There's an old joke about a fantastic three-legged pig and a farmer. It comes in many versions. In some tellings, the pig saves the farmer's life. In another, it can talk. The punch line always comes after a visitor asks, "So how come he only has three legs?"
"Because," the farmer explains, "you don't want to eat a pig like that all at once."
More and more, it seems the Obama administration has just that attitude toward the economic crisis: doling out pork for as long as possible.
Recall the White House mantra of "never let a crisis go to waste." Though the economic implosion had specific causes stemming from the financial and housing markets and how they were regulated, President Obama insisted that the items on his campaign wish list overhauling health care, imposing carbon cap-and-trade and reforming education would be the real solutions to the crisis.
"The fact is, our economy did not fall into decline overnight," Obama told Congress in February. And only by "investing" in policies formulated years before "toxic asset" became household words could America get out of the crisis.
As a result, we're now stuck with some of the most absurdly counterproductive legislation imaginable. The national debt is growing faster than the GDP. According to the Congressional Budget Office, within 10 years Uncle Sam's publicly held debt will double to 82 percent of GDP. The CBO predicts that by 2038, our debt will be 200 percent of GDP. Debt siphons off growth for the simple reason that dollars go to paying it off rather than investing in something productive.
Meanwhile, thanks to ongoing trade deficits and relentless borrowing, America's financial status is deteriorating rapidly. The Commerce Department reported Friday that the value of foreign assets owned by Americans is $19.89 trillion, while the value of American assets owned by foreigners is $23.36 trillion. In other words, we are a "net debtor" to the tune of $3.47 trillion. That represents a 62 percent increase over 2007.
Foreigners, most significantly China, own nearly 50 percent of our government's public debt.
So while the Obama administration frets over the largely phony idea that we are dangerously dependent on foreign oil (Canada sends us as much oil as the entire Persian Gulf region, and Mexico not much less), we are increasingly threatened by dependence on foreign bondholders who could wreak havoc on the dollar and our interest rates far more easily than OPEC could cut off our oil.
And what are we doing in response? For starters, the House passed carbon cap-and-trade legislation that essentially adds an onerous and inefficient energy tax on everyone, outsources jobs to carbon-profligate India and China, and raises tariffs in an attempt to stem the inevitable bleeding of jobs and manufacturing (the last time we raised tariffs in the midst of a bad recession, we got the Depression). Rather than have America invest in new oil and gas jobs (among the highest-paying of any industry), House Speaker Nancy Pelosi insists that one-time gigs weatherizing Granny's attic and replacing light bulbs are preferable.

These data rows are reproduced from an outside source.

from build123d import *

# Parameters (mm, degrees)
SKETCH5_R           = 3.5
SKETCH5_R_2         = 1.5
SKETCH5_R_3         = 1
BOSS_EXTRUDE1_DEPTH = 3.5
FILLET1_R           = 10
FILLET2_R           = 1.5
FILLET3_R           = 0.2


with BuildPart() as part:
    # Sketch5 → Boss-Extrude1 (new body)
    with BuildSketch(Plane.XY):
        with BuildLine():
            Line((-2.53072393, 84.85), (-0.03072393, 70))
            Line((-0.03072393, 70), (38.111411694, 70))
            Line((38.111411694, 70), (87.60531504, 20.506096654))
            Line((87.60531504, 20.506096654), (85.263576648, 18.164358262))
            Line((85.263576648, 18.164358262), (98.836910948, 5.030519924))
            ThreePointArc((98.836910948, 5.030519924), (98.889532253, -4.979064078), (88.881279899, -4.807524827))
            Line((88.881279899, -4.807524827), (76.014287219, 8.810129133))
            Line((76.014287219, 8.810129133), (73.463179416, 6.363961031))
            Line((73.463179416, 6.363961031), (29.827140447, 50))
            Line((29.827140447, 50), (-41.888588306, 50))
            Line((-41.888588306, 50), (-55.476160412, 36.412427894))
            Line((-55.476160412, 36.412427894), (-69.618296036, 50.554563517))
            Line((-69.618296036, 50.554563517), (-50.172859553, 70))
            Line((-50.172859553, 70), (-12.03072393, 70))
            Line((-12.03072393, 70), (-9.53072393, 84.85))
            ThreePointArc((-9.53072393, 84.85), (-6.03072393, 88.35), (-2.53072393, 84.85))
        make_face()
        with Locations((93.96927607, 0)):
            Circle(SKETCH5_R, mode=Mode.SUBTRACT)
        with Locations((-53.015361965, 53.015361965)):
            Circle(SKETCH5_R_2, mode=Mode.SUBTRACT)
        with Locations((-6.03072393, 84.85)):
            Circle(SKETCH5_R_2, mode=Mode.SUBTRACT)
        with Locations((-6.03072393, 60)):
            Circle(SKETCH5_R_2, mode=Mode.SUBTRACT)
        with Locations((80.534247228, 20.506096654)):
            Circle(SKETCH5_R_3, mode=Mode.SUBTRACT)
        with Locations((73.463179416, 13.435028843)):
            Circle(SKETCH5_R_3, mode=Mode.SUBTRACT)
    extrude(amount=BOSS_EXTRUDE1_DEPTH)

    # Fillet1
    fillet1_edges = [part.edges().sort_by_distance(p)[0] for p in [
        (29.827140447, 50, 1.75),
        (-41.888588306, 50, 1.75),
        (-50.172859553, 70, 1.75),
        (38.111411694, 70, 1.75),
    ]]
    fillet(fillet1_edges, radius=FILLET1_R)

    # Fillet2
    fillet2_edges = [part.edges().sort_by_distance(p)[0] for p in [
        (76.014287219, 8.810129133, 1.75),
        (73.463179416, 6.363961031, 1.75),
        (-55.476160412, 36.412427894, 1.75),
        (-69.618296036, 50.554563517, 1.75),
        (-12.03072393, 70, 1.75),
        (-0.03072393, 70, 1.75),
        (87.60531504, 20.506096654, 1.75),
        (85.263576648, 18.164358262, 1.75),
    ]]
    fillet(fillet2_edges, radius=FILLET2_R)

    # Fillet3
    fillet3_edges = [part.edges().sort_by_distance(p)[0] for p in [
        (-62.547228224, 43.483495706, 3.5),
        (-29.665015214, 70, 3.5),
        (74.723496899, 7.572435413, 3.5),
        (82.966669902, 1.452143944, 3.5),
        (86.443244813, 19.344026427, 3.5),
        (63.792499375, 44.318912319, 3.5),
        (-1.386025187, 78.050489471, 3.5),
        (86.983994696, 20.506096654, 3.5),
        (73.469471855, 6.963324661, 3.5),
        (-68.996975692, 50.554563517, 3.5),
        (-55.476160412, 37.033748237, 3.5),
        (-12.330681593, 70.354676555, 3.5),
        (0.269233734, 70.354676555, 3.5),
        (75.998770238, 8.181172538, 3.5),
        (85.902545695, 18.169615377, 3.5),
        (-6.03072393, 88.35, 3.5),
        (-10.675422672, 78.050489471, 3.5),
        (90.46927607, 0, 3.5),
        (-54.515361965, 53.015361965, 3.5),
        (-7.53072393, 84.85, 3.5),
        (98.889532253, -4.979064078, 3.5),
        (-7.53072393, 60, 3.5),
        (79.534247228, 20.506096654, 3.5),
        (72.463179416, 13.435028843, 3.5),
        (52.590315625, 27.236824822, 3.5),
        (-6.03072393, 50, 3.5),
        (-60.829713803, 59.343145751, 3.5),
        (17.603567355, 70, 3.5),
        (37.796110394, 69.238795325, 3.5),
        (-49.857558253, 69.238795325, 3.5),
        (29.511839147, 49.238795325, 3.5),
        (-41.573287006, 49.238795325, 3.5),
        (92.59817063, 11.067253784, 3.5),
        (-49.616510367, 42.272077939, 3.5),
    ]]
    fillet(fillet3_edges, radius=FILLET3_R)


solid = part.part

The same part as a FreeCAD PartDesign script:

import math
import FreeCAD as App
import Part
import Sketcher
Q = App.Units.Quantity


def edges_at(feature, points):
    """Names of the edges that pass closest to the given points."""
    edges = feature.Shape.Edges
    near = lambda p: min(range(len(edges)), key=lambda i: edges[i].distToShape(Part.Vertex(*p))[0])
    return sorted({f"Edge{near(p) + 1}" for p in points})

doc = App.newDocument("Part")
body = doc.addObject("PartDesign::Body", "Body")

sketch1 = body.newObject("Sketcher::SketchObject", "Sketch")
sketch1.AttachmentSupport = (doc.getObject("XY_Plane"), [""])
sketch1.MapMode = "FlatFace"
sketch1.addGeometry(Part.LineSegment(App.Vector(0, 70, 0), App.Vector(-2.5, 84.8, 0)), False)
sketch1.addGeometry(Part.ArcOfCircle(Part.Circle(App.Vector(-6, 84.8, 0), App.Vector(0, 0, 1), 3.5), math.radians(0), math.radians(180)), False)
sketch1.addGeometry(Part.LineSegment(App.Vector(-9.5, 84.8, 0), App.Vector(-12, 70, 0)), False)
sketch1.addGeometry(Part.LineSegment(App.Vector(-12, 70, 0), App.Vector(-50.2, 70, 0)), False)
sketch1.addGeometry(Part.LineSegment(App.Vector(-50.2, 70, 0), App.Vector(-69.6, 50.6, 0)), False)
sketch1.addGeometry(Part.LineSegment(App.Vector(-69.6, 50.6, 0), App.Vector(-55.5, 36.4, 0)), False)
sketch1.addGeometry(Part.LineSegment(App.Vector(-55.5, 36.4, 0), App.Vector(-41.9, 50, 0)), False)
sketch1.addGeometry(Part.LineSegment(App.Vector(-41.9, 50, 0), App.Vector(29.8, 50, 0)), False)
sketch1.addGeometry(Part.LineSegment(App.Vector(29.8, 50, 0), App.Vector(73.5, 6.4, 0)), False)
sketch1.addGeometry(Part.LineSegment(App.Vector(73.5, 6.4, 0), App.Vector(76, 8.8, 0)), False)
sketch1.addGeometry(Part.LineSegment(App.Vector(76, 8.8, 0), App.Vector(88.9, -4.8, 0)), False)
sketch1.addGeometry(Part.ArcOfCircle(Part.Circle(App.Vector(94, 0, 0), App.Vector(0, 0, 1), 7), math.radians(-137), math.radians(46)), False)
sketch1.addGeometry(Part.LineSegment(App.Vector(98.8, 5, 0), App.Vector(85.3, 18.2, 0)), False)
sketch1.addGeometry(Part.LineSegment(App.Vector(85.3, 18.2, 0), App.Vector(87.6, 20.5, 0)), False)
sketch1.addGeometry(Part.LineSegment(App.Vector(87.6, 20.5, 0), App.Vector(38.1, 70, 0)), False)
sketch1.addGeometry(Part.LineSegment(App.Vector(38.1, 70, 0), App.Vector(0, 70, 0)), False)
sketch1.addGeometry(Part.Circle(App.Vector(94, 0, 0), App.Vector(0, 0, 1), 3.5), False)
sketch1.addGeometry(Part.Circle(App.Vector(73.5, 13.4, 0), App.Vector(0, 0, 1), 1), False)
sketch1.addGeometry(Part.Circle(App.Vector(80.5, 20.5, 0), App.Vector(0, 0, 1), 1), False)
sketch1.addGeometry(Part.Circle(App.Vector(-6, 60, 0), App.Vector(0, 0, 1), 1.5), False)
sketch1.addGeometry(Part.Circle(App.Vector(-53, 53, 0), App.Vector(0, 0, 1), 1.5), False)
sketch1.addGeometry(Part.Circle(App.Vector(-6, 84.8, 0), App.Vector(0, 0, 1), 1.5), False)
sketch1.addConstraint(Sketcher.Constraint("Coincident", 0, 2, 1, 1))
sketch1.addConstraint(Sketcher.Constraint("Coincident", 1, 2, 2, 1))
sketch1.addConstraint(Sketcher.Constraint("Coincident", 2, 2, 3, 1))
sketch1.addConstraint(Sketcher.Constraint("Coincident", 3, 2, 4, 1))
sketch1.addConstraint(Sketcher.Constraint("Coincident", 4, 2, 5, 1))
sketch1.addConstraint(Sketcher.Constraint("Coincident", 5, 2, 6, 1))
sketch1.addConstraint(Sketcher.Constraint("Coincident", 6, 2, 7, 1))
sketch1.addConstraint(Sketcher.Constraint("Coincident", 7, 2, 8, 1))
sketch1.addConstraint(Sketcher.Constraint("Coincident", 8, 2, 9, 1))
sketch1.addConstraint(Sketcher.Constraint("Coincident", 9, 2, 10, 1))
sketch1.addConstraint(Sketcher.Constraint("Tangent", 10, 2, 11, 1))
sketch1.addConstraint(Sketcher.Constraint("Tangent", 11, 2, 12, 1))
sketch1.addConstraint(Sketcher.Constraint("Coincident", 12, 2, 13, 1))
sketch1.addConstraint(Sketcher.Constraint("Coincident", 13, 2, 14, 1))
sketch1.addConstraint(Sketcher.Constraint("Coincident", 14, 2, 15, 1))
sketch1.addConstraint(Sketcher.Constraint("Coincident", 15, 2, 0, 1))
sketch1.addConstraint(Sketcher.Constraint("Horizontal", 3))
sketch1.addConstraint(Sketcher.Constraint("Horizontal", 7))
sketch1.addConstraint(Sketcher.Constraint("Horizontal", 15))
sketch1.addConstraint(Sketcher.Constraint("Coincident", 16, 3, 11, 3))
sketch1.addConstraint(Sketcher.Constraint("Coincident", 21, 3, 1, 3))
sketch1.addConstraint(Sketcher.Constraint("Equal", 1, 16))
sketch1.addConstraint(Sketcher.Constraint("Equal", 17, 18))
sketch1.addConstraint(Sketcher.Constraint("Equal", 19, 20))
sketch1.addConstraint(Sketcher.Constraint("Equal", 20, 21))
sketch1.addConstraint(Sketcher.Constraint("PointOnObject", 11, 3, -1))
sketch1.addConstraint(Sketcher.Constraint("Perpendicular", 4, 5))
sketch1.addConstraint(Sketcher.Constraint("Perpendicular", 5, 6))
sketch1.addConstraint(Sketcher.Constraint("Perpendicular", 6, 8))
sketch1.addConstraint(Sketcher.Constraint("Perpendicular", 8, 13))
sketch1.addConstraint(Sketcher.Constraint("Perpendicular", 13, 14))
sketch1.addConstraint(Sketcher.Constraint("Horizontal", 21, 3, 0, 2))
sketch1.addConstraint(Sketcher.Constraint("Horizontal", 0, 2, 1, 2))
sketch1.addConstraint(Sketcher.Constraint("Horizontal", 18, 3, 13, 2))
sketch1.addConstraint(Sketcher.Constraint("Horizontal", 3, 2, 14, 2))
sketch1.addConstraint(Sketcher.Constraint("Vertical", 1, 3, 19, 3))
sketch1.addConstraint(Sketcher.Constraint("Vertical", 17, 3, 8, 2))
sketch1.addConstraint(Sketcher.Constraint("Equal", 3, 15))
sketch1.addConstraint(Sketcher.Constraint("Equal", 0, 2))
sketch1.addConstraint(Sketcher.Constraint("Diameter", 16, 7.0))
sketch1.addConstraint(Sketcher.Constraint("Diameter", 17, 2.0))
sketch1.addConstraint(Sketcher.Constraint("Diameter", 19, 3.0))
sketch1.addConstraint(Sketcher.Constraint("Radius", 11, 7.0))
sketch1.addConstraint(Sketcher.Constraint("Angle", 4, Q("-135 deg")))
sketch1.addConstraint(Sketcher.Constraint("Distance", 5, 20.0))
sketch1.addConstraint(Sketcher.Constraint("DistanceY", -1, 1, 19, 3, 60.0))
sketch1.addConstraint(Sketcher.Constraint("DistanceY", -1, 1, 2, 2, 70.0))
sketch1.addConstraint(Sketcher.Constraint("DistanceY", -1, 1, 6, 2, 50.0))
sketch1.addConstraint(Sketcher.Constraint("DistanceX", 1, 3, 11, 3, 100.0))
sketch1.addConstraint(Sketcher.Constraint("DistanceX", 2, 2, 19, 3, 6.0))
sketch1.addConstraint(Sketcher.Constraint("Distance", 4, 27.5))
sketch1.addConstraint(Sketcher.Constraint("DistanceY", -1, 1, 1, 3, 84.85))
sketch1.addConstraint(Sketcher.Constraint("DistanceX", 7, 1, 7, 2, 71.715729))
sketch1.addConstraint(Sketcher.Constraint("DistanceY", 4, 2, 20, 3, 2.460798))
sketch1.addConstraint(Sketcher.Constraint("DistanceX", 5, 2, 20, 3, 2.460798))
sketch1.addConstraint(Sketcher.Constraint("DistanceY", 9, 2, 17, 3, 4.6249))
sketch1.addConstraint(Sketcher.Constraint("DistanceX", 8, 2, 10, 2, 15.4181))
sketch1.addConstraint(Sketcher.Constraint("Distance", 8, 61.710678))
sketch1.addConstraint(Sketcher.Constraint("Distance", 12, 18.88738))
sketch1.addConstraint(Sketcher.Constraint("Distance", 13, 3.311718))
sketch1.addConstraint(Sketcher.Constraint("Distance", 14, 69.994949))
sketch1.addConstraint(Sketcher.Constraint("DistanceX", -1, 1, 17, 3, 73.463179))
sketch1.addConstraint(Sketcher.Constraint("DistanceY", -1, 1, 17, 3, 13.435029))
sketch1.addConstraint(Sketcher.Constraint("DistanceX", 18, 3, 11, 3, 13.435029))
pad1 = body.newObject("PartDesign::Pad", "Pad")
pad1.Profile = sketch1
pad1.Length = 3.5
doc.recompute()

fillet = body.newObject("PartDesign::Fillet", "Fillet")
fillet.Base = (pad1, edges_at(pad1, [
    (29.827, 50, 1.75),
    (-41.889, 50, 1.75),
    (-50.173, 70, 1.75),
    (38.111, 70, 1.75),
]))
fillet.Radius = 10
doc.recompute()

fillet2 = body.newObject("PartDesign::Fillet", "Fillet001")
fillet2.Base = (fillet, edges_at(fillet, [
    (76.014, 8.81, 1.75),
    (73.463, 6.364, 1.75),
    (-55.476, 36.412, 1.75),
    (-69.618, 50.555, 1.75),
    (-12.031, 70, 1.75),
    (-0.031, 70, 1.75),
    (87.605, 20.506, 1.75),
    (85.264, 18.164, 1.75),
]))
fillet2.Radius = 1.5
doc.recompute()

fillet3 = body.newObject("PartDesign::Fillet", "Fillet002")
fillet3.Base = (fillet2, edges_at(fillet2, [
    (-62.547, 43.483, 3.5),
    (-29.665, 70, 3.5),
    (74.723, 7.572, 3.5),
    (82.967, 1.452, 3.5),
    (86.443, 19.344, 3.5),
    (63.792, 44.319, 3.5),
    (-1.386, 78.05, 3.5),
    (86.984, 20.506, 3.5),
    (73.469, 6.963, 3.5),
    (-68.997, 50.555, 3.5),
    (-55.476, 37.034, 3.5),
    (-12.331, 70.355, 3.5),
    (0.269, 70.355, 3.5),
    (75.999, 8.181, 3.5),
    (85.903, 18.17, 3.5),
    (-6.031, 88.35, 3.5),
    (-10.675, 78.05, 3.5),
    (90.469, 0, 3.5),
    (-54.515, 53.015, 3.5),
    (-7.531, 84.85, 3.5),
    (98.89, -4.979, 3.5),
    (-7.531, 60, 3.5),
    (79.534, 20.506, 3.5),
    (72.463, 13.435, 3.5),
    (52.59, 27.237, 3.5),
    (-6.031, 50, 3.5),
    (-60.83, 59.343, 3.5),
    (17.604, 70, 3.5),
    (37.796, 69.239, 3.5),
    (-49.858, 69.239, 3.5),
    (29.512, 49.239, 3.5),
    (-41.573, 49.239, 3.5),
    (92.598, 11.067, 3.5),
    (-49.617, 42.272, 3.5),
]))
fillet3.Radius = 0.2

doc.recompute()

Worse, even if you think climate change is a huge threat, the bill's own supporters admit its impact on global warming will be trivial. But, we're told, we must lead by example. Of course, we've led by example in refusing to exploit our oil reserves for three decades, and so far no one has followed us.
Then there's health care "reform," aspects of which the administration insists will save money. But according to the CBO, the whole thing will cost $1 trillion to $1.6 trillion. The savings will allegedly come from government-imposed efficiency which approaches "jumbo shrimp" as an oxymoron. It's funny how nobody has been talking up Medicare as a source of huge savings, and yet that's the model: Medicare for everyone.
In fairness, the Obama administration did tackle the financial crisis more directly. It passed a $787 billion stimulus bill that hasn't prevented unemployment from soaring (in January, when the stimulus was on the table, the administration estimated joblessness would peak at just above 8 percent; it's now 9.4 percent and rising). Maybe that's because the bulk of the stimulus wasn't meant to kick in until 2010 and beyond after the administration's predicted robust economic growth began. Or maybe it's because much of it was intended to pay for a pent-up wish list of Democratic projects.
Now Obama is publicly mulling the possibility of a "second stimulus" that would in fact be the third stimulus (let's not forget President Bush's $168 billion "booster shot for our economy"), paid for with money we don't have or with tax hikes we don't need. But, hey, anything's worth it to savor the pig for as long as possible.